Exercise goal —
Give again the entries below exactly, beginning at the first line and ending at the line with "#232=EDGE_CURVE('',#16,#230,#231,.T.);".
##### Material for the task #####
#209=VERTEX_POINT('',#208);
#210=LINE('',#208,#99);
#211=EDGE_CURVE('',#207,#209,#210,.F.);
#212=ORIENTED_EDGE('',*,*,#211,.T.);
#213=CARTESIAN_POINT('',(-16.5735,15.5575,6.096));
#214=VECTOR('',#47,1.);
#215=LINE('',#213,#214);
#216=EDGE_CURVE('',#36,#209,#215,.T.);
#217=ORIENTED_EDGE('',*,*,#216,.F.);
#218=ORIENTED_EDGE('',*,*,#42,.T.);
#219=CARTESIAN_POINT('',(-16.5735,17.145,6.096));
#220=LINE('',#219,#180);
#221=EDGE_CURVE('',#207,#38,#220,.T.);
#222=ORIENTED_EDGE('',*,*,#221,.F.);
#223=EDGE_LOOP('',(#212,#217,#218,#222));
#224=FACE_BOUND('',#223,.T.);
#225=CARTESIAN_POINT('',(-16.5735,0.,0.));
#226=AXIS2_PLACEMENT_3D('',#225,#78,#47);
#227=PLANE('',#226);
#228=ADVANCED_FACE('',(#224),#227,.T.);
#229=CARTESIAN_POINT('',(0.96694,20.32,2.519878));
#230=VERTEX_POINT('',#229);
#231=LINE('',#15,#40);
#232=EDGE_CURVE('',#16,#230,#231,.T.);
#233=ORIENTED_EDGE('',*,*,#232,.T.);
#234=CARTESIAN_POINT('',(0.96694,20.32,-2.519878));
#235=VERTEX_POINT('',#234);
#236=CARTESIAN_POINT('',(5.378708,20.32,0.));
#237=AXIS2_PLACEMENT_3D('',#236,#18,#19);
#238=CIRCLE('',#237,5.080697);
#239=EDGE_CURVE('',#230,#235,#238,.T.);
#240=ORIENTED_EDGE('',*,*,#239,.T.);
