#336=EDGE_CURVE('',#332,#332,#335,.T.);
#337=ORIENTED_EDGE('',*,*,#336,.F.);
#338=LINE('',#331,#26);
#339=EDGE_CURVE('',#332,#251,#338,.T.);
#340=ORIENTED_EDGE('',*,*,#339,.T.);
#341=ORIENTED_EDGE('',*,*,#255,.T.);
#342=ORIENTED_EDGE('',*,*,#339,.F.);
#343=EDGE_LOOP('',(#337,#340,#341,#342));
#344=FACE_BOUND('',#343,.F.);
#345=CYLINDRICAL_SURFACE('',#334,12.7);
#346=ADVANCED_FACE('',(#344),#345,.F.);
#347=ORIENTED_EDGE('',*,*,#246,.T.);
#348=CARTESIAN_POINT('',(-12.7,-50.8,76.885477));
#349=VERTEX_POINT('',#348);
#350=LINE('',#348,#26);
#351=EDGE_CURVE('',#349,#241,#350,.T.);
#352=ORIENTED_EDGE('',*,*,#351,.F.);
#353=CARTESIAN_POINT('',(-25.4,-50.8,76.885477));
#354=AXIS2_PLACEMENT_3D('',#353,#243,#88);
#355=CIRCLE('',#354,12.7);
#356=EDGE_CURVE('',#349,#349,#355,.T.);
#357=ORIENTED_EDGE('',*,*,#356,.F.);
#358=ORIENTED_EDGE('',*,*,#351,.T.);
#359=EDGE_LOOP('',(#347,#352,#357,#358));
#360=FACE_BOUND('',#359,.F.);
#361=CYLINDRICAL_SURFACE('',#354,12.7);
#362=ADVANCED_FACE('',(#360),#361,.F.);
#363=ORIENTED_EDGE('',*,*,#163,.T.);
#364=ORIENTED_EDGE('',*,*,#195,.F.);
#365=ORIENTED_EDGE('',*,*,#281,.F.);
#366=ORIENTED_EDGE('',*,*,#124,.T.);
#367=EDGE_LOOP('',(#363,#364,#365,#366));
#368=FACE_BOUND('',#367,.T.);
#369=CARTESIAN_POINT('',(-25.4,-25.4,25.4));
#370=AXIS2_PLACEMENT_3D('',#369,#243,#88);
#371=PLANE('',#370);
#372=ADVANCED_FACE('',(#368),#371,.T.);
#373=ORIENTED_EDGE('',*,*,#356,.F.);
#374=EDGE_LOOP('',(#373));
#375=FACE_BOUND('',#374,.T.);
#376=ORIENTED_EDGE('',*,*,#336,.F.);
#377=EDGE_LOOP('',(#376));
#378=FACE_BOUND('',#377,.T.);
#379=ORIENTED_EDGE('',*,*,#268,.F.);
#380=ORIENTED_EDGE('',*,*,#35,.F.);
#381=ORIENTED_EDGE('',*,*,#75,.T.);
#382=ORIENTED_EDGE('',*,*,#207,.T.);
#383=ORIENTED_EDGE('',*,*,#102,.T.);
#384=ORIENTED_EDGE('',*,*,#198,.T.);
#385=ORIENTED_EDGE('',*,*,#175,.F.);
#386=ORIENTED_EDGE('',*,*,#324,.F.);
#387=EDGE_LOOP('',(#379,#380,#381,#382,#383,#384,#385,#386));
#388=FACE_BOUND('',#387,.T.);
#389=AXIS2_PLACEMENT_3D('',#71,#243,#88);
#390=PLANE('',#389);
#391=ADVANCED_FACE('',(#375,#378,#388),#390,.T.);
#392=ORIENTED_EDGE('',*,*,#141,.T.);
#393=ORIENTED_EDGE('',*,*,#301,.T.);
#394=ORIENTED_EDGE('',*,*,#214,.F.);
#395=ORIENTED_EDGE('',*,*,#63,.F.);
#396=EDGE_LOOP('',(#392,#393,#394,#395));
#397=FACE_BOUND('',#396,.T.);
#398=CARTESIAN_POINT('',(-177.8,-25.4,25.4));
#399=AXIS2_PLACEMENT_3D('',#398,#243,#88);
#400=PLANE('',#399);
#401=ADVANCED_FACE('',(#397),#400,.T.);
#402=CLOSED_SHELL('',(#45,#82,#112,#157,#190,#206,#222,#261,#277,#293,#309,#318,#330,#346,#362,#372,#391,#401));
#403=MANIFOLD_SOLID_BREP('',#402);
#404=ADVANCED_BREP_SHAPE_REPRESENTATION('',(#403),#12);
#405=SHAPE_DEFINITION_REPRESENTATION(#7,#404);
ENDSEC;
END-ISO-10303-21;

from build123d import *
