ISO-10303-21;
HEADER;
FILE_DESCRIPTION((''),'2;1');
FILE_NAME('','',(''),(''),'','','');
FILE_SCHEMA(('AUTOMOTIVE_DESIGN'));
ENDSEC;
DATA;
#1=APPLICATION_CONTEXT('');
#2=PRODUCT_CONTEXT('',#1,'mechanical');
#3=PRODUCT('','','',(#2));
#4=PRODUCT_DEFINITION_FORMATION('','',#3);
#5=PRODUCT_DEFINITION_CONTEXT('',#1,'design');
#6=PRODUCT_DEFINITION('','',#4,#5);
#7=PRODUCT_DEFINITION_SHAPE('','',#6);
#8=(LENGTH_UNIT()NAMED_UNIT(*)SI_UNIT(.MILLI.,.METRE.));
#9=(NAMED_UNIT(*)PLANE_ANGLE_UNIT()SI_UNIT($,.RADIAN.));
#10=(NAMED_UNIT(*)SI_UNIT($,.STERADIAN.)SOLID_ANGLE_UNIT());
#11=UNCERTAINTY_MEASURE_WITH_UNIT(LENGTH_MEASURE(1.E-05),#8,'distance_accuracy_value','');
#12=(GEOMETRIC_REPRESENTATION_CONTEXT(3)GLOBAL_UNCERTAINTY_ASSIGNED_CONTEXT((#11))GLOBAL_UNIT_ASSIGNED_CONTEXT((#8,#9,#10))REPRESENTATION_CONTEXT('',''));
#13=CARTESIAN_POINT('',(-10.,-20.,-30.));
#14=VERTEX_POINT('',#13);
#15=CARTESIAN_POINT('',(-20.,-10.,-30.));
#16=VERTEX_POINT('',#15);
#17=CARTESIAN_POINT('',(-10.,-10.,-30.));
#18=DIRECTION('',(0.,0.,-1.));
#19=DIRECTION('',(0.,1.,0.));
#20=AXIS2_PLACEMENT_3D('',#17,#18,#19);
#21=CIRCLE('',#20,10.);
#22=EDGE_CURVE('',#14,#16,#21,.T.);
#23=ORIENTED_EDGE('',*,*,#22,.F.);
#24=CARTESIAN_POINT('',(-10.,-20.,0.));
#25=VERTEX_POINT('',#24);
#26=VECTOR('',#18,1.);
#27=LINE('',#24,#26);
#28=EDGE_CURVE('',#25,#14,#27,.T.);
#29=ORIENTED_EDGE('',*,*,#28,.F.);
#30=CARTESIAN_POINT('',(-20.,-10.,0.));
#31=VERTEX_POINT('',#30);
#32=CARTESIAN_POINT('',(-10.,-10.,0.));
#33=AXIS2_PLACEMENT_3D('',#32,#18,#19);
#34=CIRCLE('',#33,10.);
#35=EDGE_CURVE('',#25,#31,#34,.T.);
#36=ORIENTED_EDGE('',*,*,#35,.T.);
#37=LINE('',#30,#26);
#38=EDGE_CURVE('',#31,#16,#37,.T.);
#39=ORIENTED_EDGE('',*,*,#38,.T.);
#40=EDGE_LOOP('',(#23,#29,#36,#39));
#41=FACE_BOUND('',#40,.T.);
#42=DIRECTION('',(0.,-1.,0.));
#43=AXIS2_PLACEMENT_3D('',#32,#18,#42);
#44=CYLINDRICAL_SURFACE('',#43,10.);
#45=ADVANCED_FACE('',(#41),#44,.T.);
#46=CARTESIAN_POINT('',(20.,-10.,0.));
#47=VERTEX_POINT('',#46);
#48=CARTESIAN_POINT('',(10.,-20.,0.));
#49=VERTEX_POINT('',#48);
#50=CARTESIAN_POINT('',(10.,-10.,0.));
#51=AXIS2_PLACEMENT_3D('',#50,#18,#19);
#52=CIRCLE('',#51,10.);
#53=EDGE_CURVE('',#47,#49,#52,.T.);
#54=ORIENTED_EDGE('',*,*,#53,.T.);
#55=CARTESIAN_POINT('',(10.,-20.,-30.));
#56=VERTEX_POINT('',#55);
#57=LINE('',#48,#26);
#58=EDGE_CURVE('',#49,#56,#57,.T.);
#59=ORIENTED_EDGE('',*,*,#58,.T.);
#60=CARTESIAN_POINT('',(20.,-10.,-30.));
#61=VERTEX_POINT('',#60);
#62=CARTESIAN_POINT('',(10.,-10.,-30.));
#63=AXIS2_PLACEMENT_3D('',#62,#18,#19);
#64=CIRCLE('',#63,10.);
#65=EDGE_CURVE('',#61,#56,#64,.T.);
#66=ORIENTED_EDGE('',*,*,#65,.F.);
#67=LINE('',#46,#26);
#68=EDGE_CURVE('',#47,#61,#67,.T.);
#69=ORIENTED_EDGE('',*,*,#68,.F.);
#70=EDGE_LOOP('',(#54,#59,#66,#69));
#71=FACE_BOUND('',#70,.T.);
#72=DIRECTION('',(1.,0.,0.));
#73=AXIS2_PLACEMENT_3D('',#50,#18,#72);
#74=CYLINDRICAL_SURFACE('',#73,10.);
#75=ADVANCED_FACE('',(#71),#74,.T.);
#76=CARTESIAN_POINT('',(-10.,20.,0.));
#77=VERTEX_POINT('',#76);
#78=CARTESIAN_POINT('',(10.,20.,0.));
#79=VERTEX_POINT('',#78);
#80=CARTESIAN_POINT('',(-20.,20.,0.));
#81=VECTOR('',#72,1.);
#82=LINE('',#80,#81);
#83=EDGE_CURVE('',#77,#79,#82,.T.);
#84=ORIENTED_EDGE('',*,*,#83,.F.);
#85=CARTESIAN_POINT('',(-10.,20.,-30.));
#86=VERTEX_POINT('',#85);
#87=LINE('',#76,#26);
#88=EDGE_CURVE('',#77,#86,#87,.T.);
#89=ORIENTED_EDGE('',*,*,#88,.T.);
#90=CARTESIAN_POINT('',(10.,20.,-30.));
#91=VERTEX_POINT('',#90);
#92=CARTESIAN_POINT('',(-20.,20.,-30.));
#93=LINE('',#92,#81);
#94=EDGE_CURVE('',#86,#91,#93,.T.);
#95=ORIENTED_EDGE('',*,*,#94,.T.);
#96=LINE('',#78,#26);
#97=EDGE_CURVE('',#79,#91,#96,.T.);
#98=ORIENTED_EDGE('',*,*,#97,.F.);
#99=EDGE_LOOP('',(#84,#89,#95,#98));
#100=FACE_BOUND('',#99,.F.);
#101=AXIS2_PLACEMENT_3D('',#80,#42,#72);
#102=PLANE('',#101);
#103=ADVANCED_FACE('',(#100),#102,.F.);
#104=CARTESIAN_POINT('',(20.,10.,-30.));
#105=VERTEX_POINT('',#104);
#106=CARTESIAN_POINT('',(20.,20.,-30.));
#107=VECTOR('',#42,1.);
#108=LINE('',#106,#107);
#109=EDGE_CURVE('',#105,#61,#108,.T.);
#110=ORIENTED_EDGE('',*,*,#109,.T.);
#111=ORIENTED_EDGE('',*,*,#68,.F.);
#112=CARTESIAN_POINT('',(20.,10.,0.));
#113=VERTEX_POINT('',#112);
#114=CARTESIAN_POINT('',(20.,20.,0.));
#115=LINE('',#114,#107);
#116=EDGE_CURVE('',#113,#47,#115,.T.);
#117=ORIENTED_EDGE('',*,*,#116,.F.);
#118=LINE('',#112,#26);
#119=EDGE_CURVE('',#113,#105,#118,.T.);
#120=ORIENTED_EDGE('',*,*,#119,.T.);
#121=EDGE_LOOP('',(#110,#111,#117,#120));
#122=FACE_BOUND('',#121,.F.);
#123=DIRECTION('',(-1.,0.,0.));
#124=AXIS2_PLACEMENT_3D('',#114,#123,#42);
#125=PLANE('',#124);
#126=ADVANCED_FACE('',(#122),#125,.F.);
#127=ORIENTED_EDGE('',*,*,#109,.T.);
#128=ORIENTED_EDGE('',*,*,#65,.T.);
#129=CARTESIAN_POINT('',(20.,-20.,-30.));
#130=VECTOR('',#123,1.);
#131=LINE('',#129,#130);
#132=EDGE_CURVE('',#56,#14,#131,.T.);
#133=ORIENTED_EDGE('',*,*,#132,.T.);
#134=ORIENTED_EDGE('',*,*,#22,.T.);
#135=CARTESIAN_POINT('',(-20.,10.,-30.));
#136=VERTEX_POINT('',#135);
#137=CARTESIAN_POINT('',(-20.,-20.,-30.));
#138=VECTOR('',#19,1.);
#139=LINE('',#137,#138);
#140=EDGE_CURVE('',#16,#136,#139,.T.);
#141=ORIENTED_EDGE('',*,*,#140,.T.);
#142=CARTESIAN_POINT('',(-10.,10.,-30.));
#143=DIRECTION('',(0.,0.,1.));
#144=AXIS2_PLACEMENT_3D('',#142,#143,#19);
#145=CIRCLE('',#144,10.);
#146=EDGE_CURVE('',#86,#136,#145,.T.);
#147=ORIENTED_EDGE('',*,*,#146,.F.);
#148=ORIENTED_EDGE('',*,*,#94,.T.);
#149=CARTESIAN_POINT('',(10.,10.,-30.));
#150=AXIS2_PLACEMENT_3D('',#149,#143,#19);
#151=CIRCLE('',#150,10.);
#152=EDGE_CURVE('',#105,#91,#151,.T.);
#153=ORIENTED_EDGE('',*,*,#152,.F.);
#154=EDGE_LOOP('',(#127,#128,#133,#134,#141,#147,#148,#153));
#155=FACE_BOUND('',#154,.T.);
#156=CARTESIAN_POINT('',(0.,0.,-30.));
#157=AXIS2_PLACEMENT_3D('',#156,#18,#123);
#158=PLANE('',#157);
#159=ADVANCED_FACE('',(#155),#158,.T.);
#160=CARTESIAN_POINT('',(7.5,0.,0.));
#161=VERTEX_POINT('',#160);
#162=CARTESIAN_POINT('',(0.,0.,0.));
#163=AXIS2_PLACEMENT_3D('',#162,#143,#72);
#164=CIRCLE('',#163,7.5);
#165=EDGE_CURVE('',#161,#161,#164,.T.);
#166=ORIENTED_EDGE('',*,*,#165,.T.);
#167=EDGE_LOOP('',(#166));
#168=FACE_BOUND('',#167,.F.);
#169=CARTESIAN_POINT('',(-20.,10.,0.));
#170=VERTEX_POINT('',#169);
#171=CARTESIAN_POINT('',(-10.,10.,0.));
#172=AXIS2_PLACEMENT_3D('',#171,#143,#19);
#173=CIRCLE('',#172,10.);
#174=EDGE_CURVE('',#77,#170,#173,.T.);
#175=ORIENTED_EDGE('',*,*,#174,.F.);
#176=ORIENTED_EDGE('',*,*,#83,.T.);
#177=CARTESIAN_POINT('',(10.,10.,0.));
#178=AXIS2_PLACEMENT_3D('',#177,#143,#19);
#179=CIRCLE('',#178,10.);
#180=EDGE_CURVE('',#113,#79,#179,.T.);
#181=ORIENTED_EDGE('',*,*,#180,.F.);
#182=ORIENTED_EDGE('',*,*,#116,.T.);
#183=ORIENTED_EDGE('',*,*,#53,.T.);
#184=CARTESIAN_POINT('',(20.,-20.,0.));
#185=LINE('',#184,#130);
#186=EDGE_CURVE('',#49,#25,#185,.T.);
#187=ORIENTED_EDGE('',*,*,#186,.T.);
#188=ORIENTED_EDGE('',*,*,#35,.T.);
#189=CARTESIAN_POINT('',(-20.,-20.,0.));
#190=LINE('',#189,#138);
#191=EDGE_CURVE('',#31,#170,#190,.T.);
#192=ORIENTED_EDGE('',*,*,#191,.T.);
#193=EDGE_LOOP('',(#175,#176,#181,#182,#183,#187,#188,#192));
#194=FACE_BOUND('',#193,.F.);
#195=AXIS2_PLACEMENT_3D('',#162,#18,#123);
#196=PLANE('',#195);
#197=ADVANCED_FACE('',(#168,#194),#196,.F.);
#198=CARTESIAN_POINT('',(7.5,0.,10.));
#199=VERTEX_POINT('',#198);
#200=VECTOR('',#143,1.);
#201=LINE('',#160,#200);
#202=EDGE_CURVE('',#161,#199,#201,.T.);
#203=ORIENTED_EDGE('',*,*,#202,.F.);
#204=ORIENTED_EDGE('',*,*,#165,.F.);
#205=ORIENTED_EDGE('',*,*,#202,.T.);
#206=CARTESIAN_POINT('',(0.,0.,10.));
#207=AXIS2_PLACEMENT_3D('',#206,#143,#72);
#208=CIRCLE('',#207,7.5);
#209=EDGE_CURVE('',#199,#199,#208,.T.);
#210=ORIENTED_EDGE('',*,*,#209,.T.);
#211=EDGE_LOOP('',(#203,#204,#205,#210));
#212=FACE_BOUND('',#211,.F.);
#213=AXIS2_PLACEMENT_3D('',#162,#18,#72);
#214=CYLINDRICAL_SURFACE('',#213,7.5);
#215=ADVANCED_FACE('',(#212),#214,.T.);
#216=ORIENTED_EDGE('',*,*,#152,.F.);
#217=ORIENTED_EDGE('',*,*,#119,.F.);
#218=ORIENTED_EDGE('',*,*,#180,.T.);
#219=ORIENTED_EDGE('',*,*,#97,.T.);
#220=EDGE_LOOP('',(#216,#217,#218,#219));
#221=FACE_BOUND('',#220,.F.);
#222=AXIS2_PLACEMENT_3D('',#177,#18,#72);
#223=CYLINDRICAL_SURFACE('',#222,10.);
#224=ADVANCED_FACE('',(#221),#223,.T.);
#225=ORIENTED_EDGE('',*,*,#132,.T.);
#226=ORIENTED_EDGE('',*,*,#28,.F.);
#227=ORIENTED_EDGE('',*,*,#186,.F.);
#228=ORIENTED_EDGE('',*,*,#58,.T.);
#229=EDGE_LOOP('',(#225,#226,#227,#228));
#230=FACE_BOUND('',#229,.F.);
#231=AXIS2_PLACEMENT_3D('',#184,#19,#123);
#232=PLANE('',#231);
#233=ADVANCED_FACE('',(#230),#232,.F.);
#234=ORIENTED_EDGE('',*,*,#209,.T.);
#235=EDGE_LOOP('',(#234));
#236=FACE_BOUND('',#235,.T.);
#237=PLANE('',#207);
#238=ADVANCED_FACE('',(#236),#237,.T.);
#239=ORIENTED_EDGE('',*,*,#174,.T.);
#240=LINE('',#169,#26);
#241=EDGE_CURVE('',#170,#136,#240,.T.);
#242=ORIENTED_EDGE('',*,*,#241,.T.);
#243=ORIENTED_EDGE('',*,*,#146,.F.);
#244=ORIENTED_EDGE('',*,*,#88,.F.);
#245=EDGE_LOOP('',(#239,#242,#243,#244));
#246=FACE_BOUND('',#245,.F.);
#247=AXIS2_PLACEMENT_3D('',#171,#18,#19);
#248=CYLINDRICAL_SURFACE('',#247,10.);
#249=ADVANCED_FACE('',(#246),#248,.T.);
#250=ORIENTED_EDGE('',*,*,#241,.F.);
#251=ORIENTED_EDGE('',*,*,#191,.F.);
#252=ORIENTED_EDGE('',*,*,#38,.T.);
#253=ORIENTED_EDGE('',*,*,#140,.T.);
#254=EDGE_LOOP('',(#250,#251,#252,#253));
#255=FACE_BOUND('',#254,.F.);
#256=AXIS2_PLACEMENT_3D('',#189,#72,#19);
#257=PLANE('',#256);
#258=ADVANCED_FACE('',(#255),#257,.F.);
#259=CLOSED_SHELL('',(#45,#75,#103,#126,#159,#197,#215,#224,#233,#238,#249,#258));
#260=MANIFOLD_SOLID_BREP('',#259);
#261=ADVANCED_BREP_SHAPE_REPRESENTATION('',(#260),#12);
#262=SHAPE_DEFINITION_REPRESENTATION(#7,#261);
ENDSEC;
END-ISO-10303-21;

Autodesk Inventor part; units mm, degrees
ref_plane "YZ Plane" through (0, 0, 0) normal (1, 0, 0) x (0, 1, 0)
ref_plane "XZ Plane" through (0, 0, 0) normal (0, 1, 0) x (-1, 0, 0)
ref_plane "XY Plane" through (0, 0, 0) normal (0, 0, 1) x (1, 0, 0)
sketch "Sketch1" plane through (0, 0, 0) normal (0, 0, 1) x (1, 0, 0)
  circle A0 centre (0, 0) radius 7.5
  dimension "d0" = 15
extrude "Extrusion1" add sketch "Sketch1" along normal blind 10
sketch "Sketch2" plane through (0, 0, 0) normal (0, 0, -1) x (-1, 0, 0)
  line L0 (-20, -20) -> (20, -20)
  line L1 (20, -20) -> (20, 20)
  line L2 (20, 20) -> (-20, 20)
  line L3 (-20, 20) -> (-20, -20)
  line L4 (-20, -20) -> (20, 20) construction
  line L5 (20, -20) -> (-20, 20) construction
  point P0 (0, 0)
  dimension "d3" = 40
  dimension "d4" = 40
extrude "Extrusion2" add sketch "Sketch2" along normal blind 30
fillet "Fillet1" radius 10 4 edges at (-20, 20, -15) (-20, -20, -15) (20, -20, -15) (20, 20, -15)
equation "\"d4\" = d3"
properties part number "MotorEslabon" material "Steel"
#####
Result of this exercise —
#209=VERTEX_POINT('',#208);
#210=LINE('',#208,#99);
#211=EDGE_CURVE('',#207,#209,#210,.F.);
#212=ORIENTED_EDGE('',*,*,#211,.T.);
#213=CARTESIAN_POINT('',(-16.5735,15.5575,6.096));
#214=VECTOR('',#47,1.);
#215=LINE('',#213,#214);
#216=EDGE_CURVE('',#36,#209,#215,.T.);
#217=ORIENTED_EDGE('',*,*,#216,.F.);
#218=ORIENTED_EDGE('',*,*,#42,.T.);
#219=CARTESIAN_POINT('',(-16.5735,17.145,6.096));
#220=LINE('',#219,#180);
#221=EDGE_CURVE('',#207,#38,#220,.T.);
#222=ORIENTED_EDGE('',*,*,#221,.F.);
#223=EDGE_LOOP('',(#212,#217,#218,#222));
#224=FACE_BOUND('',#223,.T.);
#225=CARTESIAN_POINT('',(-16.5735,0.,0.));
#226=AXIS2_PLACEMENT_3D('',#225,#78,#47);
#227=PLANE('',#226);
#228=ADVANCED_FACE('',(#224),#227,.T.);
#229=CARTESIAN_POINT('',(0.96694,20.32,2.519878));
#230=VERTEX_POINT('',#229);
#231=LINE('',#15,#40);
#232=EDGE_CURVE('',#16,#230,#231,.T.);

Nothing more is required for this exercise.